* **PROBLEM REQUIREMENTS**: Find the line in the entries below that contains "#228=FACE_BOUND('',#227,.F.);". Repeat it exactly, and every line after it through the line that contains "#236=EDGE_LOOP('',(#232,#233,#234,#235));".
(TASK INPUTS Opens)
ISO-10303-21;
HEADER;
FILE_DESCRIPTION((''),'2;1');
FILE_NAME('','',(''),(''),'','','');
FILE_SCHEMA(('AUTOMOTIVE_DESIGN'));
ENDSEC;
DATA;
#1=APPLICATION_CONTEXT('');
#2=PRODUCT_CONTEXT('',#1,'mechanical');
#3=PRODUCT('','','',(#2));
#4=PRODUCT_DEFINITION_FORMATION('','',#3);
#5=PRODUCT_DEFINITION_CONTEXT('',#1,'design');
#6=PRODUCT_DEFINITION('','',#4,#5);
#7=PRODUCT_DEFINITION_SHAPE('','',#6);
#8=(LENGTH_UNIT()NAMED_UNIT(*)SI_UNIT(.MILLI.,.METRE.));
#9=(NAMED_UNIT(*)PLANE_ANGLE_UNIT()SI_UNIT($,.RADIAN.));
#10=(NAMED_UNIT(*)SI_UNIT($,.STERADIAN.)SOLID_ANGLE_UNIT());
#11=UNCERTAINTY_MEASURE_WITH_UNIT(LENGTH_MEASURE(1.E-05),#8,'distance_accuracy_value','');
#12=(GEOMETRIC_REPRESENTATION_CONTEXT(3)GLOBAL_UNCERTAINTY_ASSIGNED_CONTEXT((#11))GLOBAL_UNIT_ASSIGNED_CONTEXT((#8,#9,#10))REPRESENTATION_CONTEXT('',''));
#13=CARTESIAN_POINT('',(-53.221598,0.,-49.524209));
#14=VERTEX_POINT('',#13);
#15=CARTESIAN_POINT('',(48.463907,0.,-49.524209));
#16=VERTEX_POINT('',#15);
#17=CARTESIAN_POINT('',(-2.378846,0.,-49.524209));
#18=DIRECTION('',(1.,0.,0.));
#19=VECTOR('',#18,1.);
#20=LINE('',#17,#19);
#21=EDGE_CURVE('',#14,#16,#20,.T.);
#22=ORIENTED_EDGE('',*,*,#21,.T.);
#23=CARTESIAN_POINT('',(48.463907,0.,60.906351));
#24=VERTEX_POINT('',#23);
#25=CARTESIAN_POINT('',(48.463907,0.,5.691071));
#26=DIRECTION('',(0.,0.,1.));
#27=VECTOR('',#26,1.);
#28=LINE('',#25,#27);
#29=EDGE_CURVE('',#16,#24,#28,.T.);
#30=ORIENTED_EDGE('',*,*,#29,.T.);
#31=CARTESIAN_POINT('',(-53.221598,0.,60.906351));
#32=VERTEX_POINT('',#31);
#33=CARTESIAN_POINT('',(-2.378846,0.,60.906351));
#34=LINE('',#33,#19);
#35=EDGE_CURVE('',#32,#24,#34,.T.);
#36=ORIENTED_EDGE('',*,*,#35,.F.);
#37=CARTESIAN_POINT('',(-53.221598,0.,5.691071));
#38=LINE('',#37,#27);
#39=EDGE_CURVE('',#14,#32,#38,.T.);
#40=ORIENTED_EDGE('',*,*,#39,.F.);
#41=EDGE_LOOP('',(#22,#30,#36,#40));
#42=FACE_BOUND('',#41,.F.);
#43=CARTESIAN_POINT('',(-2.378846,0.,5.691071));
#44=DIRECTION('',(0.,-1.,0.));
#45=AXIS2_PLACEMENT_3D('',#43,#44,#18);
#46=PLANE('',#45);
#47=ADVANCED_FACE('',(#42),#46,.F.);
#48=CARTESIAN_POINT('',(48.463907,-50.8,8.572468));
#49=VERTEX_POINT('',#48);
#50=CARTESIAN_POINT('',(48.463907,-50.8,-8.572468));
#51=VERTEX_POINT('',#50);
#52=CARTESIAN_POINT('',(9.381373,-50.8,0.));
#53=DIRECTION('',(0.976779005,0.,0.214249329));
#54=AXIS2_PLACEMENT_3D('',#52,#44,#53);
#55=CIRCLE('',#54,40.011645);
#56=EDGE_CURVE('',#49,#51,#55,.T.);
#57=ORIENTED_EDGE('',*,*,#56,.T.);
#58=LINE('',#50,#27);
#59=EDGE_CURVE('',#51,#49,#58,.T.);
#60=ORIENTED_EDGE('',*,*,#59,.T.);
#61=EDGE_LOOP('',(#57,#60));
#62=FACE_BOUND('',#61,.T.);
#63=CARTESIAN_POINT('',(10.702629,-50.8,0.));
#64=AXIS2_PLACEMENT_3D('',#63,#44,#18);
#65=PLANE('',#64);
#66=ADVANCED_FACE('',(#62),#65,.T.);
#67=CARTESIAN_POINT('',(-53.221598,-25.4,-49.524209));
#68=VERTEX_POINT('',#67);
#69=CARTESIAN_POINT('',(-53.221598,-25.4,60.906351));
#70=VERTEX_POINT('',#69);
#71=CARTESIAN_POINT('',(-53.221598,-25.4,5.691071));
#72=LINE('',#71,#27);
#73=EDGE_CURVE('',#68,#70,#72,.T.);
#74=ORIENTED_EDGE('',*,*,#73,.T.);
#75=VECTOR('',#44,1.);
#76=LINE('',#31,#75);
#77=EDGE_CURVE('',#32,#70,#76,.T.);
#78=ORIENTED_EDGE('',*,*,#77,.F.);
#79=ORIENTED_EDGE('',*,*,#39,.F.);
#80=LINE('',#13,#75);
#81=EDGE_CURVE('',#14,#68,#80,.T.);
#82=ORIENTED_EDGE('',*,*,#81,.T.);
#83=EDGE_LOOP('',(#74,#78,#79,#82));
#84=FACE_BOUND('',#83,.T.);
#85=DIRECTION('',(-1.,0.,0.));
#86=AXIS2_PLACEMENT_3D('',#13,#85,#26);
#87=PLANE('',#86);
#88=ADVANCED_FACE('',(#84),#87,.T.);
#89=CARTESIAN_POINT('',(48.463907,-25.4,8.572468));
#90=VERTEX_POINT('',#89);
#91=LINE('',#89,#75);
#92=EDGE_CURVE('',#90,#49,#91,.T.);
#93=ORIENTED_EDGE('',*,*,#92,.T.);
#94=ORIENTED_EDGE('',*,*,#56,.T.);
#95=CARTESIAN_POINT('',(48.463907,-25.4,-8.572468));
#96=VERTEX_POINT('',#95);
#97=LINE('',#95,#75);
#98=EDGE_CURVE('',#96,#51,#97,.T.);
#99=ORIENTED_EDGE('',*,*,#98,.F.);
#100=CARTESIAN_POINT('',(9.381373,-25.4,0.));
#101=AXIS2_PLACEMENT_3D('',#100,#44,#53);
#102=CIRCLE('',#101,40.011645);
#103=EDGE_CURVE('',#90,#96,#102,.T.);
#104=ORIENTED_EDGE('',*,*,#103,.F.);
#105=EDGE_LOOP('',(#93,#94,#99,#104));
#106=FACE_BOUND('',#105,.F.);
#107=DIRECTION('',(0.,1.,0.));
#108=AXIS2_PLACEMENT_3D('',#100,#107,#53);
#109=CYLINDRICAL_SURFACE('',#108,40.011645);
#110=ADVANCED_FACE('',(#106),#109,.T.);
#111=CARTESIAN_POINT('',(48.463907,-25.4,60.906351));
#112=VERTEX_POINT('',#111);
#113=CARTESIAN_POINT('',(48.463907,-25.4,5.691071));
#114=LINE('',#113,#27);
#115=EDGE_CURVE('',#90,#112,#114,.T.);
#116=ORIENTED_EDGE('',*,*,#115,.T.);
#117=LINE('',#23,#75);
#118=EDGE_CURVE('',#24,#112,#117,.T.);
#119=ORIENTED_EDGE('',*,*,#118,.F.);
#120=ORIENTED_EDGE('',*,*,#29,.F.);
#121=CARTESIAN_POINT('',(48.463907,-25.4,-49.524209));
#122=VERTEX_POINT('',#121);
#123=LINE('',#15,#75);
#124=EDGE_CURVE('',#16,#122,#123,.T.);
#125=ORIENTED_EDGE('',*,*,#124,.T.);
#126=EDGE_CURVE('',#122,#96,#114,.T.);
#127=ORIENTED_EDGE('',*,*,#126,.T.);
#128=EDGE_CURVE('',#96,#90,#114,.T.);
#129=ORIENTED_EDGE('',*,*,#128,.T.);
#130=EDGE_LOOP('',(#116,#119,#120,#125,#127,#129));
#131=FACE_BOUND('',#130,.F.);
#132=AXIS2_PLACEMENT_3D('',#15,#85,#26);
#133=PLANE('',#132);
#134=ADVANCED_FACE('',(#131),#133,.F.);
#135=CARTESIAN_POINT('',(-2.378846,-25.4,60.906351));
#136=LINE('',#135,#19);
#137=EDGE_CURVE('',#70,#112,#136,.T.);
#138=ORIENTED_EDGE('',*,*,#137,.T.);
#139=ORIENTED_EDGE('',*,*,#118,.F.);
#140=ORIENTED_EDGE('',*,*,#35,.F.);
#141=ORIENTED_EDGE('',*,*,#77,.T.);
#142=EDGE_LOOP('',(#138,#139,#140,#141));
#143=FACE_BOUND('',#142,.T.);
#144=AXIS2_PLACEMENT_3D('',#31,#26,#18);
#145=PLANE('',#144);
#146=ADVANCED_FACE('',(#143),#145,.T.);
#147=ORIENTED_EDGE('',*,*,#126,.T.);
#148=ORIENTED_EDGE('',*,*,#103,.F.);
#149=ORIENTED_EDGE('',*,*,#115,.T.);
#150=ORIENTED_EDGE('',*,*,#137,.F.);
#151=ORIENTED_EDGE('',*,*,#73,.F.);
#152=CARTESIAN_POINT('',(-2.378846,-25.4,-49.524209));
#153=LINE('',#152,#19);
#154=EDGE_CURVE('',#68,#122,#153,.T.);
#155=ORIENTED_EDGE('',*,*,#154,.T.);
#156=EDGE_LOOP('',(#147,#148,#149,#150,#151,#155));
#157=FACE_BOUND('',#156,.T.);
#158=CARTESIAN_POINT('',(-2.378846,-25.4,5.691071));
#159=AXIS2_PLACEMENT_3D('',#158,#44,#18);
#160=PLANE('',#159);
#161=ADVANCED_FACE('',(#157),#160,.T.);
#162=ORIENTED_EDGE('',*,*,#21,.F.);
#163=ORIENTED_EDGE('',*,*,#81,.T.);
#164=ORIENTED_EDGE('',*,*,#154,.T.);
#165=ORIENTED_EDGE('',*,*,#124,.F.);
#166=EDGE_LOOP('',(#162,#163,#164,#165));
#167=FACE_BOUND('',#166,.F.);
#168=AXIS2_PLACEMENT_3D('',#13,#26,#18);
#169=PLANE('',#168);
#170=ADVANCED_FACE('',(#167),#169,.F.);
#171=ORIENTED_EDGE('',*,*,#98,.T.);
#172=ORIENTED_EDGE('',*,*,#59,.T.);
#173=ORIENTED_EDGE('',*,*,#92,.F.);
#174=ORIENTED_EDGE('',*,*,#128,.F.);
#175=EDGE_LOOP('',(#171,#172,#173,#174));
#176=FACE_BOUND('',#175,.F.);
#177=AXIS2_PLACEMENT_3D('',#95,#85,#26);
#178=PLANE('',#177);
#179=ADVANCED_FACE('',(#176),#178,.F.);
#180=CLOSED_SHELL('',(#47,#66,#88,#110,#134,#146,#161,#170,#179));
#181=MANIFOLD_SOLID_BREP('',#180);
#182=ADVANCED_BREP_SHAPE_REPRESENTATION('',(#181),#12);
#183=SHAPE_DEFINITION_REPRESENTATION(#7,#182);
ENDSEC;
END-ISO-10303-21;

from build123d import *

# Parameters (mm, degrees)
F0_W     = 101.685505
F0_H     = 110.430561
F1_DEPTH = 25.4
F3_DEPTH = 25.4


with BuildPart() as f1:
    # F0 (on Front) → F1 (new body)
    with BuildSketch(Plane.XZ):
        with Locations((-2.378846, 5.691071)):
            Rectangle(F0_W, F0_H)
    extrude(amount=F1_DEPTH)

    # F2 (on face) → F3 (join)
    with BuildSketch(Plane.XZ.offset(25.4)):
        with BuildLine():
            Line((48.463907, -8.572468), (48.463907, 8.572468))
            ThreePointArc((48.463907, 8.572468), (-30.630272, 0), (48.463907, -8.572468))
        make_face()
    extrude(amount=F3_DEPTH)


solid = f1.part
(TASK INPUTS Closes)
(TASK INPUTS Opens)
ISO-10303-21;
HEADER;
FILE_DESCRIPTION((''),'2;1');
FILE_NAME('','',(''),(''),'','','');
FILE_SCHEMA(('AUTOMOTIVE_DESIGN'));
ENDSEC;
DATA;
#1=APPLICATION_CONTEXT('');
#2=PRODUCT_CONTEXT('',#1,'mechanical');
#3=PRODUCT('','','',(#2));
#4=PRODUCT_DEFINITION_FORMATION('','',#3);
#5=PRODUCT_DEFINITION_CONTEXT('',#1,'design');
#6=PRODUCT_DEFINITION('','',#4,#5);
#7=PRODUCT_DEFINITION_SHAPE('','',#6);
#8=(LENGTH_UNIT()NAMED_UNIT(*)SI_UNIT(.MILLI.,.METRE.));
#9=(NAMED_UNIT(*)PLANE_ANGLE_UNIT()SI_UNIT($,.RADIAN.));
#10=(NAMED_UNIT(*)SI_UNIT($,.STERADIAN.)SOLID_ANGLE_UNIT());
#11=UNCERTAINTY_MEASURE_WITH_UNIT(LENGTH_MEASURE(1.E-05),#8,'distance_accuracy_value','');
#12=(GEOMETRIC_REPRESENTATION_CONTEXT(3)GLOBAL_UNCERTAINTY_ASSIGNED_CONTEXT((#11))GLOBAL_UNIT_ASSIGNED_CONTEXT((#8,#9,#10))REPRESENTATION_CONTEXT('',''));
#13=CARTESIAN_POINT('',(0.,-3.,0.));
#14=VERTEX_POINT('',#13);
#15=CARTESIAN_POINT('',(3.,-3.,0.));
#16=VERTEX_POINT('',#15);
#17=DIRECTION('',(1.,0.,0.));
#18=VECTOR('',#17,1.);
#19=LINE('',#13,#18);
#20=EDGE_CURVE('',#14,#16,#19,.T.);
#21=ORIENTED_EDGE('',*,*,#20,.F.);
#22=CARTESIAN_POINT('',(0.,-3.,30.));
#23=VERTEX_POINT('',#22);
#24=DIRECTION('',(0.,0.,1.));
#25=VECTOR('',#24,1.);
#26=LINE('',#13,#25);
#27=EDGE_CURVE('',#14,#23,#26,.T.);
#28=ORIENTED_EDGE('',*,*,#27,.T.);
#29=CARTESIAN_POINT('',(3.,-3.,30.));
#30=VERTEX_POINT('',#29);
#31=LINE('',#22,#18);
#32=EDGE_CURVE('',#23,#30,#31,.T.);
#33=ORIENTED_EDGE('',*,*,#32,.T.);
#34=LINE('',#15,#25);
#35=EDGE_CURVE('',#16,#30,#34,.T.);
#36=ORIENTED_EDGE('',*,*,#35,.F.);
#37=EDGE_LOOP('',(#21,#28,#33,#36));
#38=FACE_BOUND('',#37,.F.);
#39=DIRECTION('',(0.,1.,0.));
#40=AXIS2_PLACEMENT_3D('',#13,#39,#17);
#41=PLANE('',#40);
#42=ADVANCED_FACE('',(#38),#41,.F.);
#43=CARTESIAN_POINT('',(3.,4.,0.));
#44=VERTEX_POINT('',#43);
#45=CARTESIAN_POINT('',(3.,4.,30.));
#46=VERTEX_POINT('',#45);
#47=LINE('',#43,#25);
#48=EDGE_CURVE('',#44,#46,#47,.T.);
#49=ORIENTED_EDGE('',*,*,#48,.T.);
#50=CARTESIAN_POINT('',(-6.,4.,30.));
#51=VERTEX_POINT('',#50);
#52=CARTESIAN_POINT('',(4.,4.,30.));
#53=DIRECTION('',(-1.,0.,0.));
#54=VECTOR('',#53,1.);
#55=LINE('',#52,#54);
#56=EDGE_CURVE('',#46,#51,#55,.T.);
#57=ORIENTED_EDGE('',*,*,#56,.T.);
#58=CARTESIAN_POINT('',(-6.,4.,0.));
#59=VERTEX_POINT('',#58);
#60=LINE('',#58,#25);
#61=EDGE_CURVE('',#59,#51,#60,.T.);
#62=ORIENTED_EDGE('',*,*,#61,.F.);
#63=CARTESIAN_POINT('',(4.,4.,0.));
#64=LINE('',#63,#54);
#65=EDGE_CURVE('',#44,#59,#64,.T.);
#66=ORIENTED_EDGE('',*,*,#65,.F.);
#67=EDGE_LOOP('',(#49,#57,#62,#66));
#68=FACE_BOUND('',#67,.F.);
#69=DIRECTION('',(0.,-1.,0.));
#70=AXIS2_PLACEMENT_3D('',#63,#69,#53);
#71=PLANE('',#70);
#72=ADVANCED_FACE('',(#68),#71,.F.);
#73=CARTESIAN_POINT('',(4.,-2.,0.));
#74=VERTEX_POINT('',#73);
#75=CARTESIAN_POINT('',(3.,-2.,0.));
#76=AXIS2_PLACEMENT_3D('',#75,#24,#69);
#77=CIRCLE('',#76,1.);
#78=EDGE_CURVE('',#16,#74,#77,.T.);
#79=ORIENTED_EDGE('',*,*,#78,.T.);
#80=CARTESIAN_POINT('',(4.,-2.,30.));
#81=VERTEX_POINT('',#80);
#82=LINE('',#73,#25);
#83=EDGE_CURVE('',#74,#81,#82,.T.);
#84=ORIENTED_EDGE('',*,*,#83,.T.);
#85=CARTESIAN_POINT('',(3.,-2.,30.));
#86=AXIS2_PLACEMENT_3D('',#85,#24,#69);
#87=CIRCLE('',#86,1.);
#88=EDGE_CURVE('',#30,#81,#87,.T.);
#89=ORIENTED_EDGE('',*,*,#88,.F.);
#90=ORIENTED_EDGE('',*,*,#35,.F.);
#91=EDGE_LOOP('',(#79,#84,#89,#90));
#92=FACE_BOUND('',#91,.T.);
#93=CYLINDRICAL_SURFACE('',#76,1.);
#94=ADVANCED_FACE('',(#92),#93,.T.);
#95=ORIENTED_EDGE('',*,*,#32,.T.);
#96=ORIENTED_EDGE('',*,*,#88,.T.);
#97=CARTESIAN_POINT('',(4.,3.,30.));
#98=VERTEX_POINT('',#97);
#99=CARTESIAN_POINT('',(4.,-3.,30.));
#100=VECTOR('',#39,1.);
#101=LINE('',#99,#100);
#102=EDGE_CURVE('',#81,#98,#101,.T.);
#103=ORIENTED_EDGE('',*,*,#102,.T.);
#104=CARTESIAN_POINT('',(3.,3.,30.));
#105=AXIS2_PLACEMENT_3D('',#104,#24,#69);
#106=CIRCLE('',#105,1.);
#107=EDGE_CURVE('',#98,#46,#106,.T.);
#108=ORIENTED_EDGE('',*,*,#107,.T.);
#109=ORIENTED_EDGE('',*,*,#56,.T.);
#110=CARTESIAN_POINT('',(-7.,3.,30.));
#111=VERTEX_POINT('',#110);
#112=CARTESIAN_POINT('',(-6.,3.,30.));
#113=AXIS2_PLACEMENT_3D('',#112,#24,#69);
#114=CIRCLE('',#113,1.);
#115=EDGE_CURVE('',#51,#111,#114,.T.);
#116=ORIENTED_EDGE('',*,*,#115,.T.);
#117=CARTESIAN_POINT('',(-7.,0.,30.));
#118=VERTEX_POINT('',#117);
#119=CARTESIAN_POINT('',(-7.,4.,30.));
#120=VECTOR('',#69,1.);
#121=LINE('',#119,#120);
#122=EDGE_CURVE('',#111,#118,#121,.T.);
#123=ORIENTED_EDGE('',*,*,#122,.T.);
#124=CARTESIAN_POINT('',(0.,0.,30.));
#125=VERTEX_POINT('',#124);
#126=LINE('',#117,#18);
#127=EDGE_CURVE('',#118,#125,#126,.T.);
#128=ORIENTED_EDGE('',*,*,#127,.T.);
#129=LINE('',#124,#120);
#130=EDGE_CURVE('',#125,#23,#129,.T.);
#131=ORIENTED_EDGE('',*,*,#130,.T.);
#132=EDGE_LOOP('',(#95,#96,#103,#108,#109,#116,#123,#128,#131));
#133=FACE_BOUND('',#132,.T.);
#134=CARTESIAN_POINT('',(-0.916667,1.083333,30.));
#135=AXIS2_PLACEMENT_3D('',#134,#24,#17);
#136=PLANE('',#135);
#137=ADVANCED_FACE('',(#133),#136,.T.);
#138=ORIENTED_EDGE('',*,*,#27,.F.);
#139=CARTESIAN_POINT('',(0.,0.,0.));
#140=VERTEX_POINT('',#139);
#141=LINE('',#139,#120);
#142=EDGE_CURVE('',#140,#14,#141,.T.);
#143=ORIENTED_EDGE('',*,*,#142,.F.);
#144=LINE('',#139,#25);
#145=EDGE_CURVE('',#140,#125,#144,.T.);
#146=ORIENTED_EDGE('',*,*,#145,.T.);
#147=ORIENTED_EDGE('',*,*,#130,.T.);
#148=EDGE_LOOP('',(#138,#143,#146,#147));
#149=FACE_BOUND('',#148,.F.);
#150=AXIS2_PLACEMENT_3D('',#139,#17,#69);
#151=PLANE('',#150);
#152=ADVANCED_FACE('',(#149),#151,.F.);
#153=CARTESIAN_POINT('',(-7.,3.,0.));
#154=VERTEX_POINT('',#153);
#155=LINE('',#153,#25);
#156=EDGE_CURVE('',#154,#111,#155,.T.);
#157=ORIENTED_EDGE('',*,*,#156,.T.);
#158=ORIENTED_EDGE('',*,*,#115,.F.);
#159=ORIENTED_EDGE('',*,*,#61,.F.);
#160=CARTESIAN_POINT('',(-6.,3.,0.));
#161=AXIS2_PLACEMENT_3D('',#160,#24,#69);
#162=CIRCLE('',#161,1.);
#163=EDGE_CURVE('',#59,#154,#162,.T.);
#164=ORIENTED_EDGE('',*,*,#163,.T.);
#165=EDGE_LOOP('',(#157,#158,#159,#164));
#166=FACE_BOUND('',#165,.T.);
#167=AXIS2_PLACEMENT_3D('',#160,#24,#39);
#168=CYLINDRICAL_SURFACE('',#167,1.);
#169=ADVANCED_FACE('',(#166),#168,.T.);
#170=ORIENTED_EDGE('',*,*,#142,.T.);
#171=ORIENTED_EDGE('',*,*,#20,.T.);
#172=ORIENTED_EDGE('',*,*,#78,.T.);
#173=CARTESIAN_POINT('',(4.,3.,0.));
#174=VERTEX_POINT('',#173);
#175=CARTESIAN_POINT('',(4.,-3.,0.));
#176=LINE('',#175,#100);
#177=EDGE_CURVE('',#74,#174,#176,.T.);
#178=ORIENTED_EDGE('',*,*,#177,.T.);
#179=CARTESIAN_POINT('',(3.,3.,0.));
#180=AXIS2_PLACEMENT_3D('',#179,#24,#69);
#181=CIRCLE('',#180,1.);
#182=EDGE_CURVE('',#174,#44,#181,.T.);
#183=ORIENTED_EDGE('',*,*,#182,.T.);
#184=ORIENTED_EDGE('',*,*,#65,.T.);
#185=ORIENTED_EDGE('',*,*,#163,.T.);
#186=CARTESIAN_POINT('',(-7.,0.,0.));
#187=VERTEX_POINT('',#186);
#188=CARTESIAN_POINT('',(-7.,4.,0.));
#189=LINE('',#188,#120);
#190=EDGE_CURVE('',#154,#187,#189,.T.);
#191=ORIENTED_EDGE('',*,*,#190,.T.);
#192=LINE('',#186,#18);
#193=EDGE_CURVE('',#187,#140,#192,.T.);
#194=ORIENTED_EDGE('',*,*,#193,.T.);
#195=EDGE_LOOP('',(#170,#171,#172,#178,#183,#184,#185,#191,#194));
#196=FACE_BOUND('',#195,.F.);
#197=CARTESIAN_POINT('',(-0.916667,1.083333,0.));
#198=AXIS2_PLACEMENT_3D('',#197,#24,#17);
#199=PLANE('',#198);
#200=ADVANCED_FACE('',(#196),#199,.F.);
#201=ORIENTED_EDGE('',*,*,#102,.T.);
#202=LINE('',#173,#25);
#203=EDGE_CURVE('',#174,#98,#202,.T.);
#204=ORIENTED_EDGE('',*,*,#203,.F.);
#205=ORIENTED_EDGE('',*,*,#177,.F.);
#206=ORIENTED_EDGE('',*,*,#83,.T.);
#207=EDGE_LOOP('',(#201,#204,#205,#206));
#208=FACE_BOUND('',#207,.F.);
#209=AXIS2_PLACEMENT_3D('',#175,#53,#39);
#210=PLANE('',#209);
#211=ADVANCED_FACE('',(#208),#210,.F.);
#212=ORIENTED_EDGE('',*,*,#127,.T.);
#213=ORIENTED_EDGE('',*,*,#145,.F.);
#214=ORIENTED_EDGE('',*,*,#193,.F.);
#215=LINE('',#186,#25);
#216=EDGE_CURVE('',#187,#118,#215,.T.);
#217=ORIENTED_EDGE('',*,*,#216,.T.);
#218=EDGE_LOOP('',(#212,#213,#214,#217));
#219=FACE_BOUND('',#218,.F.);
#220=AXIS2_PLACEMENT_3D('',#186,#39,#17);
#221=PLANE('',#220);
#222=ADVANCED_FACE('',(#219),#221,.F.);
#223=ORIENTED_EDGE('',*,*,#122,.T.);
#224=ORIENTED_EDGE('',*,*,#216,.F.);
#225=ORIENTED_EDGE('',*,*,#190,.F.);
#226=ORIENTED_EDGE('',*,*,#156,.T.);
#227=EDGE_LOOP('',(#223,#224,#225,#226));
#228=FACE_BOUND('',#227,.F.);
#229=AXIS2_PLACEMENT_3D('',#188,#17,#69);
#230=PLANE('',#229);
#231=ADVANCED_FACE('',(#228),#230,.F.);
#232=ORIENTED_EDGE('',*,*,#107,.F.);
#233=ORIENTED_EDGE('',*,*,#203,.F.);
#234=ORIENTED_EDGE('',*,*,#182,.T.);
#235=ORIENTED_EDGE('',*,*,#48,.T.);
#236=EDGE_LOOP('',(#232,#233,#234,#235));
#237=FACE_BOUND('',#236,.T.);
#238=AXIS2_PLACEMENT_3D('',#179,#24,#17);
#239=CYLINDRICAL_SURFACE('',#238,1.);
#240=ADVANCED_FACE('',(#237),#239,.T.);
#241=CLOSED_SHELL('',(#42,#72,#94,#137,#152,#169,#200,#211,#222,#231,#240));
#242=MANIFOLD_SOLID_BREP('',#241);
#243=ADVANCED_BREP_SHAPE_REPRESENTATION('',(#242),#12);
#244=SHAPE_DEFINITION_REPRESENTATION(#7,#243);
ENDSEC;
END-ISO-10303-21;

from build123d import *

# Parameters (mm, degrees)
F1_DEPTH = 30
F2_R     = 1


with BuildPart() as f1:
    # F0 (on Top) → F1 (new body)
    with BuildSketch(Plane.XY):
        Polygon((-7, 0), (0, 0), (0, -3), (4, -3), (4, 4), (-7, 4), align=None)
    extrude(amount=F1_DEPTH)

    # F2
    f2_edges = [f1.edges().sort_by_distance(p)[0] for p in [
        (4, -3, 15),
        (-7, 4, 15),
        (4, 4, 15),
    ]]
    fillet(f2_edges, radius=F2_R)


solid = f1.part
(TASK INPUTS Closes)
* **RESPONSE TO THE TASK**:
#228=FACE_BOUND('',#227,.F.);
#229=AXIS2_PLACEMENT_3D('',#188,#17,#69);
#230=PLANE('',#229);
#231=ADVANCED_FACE('',(#228),#230,.F.);
#232=ORIENTED_EDGE('',*,*,#107,.F.);
#233=ORIENTED_EDGE('',*,*,#203,.F.);
#234=ORIENTED_EDGE('',*,*,#182,.T.);
#235=ORIENTED_EDGE('',*,*,#48,.T.);
#236=EDGE_LOOP('',(#232,#233,#234,#235));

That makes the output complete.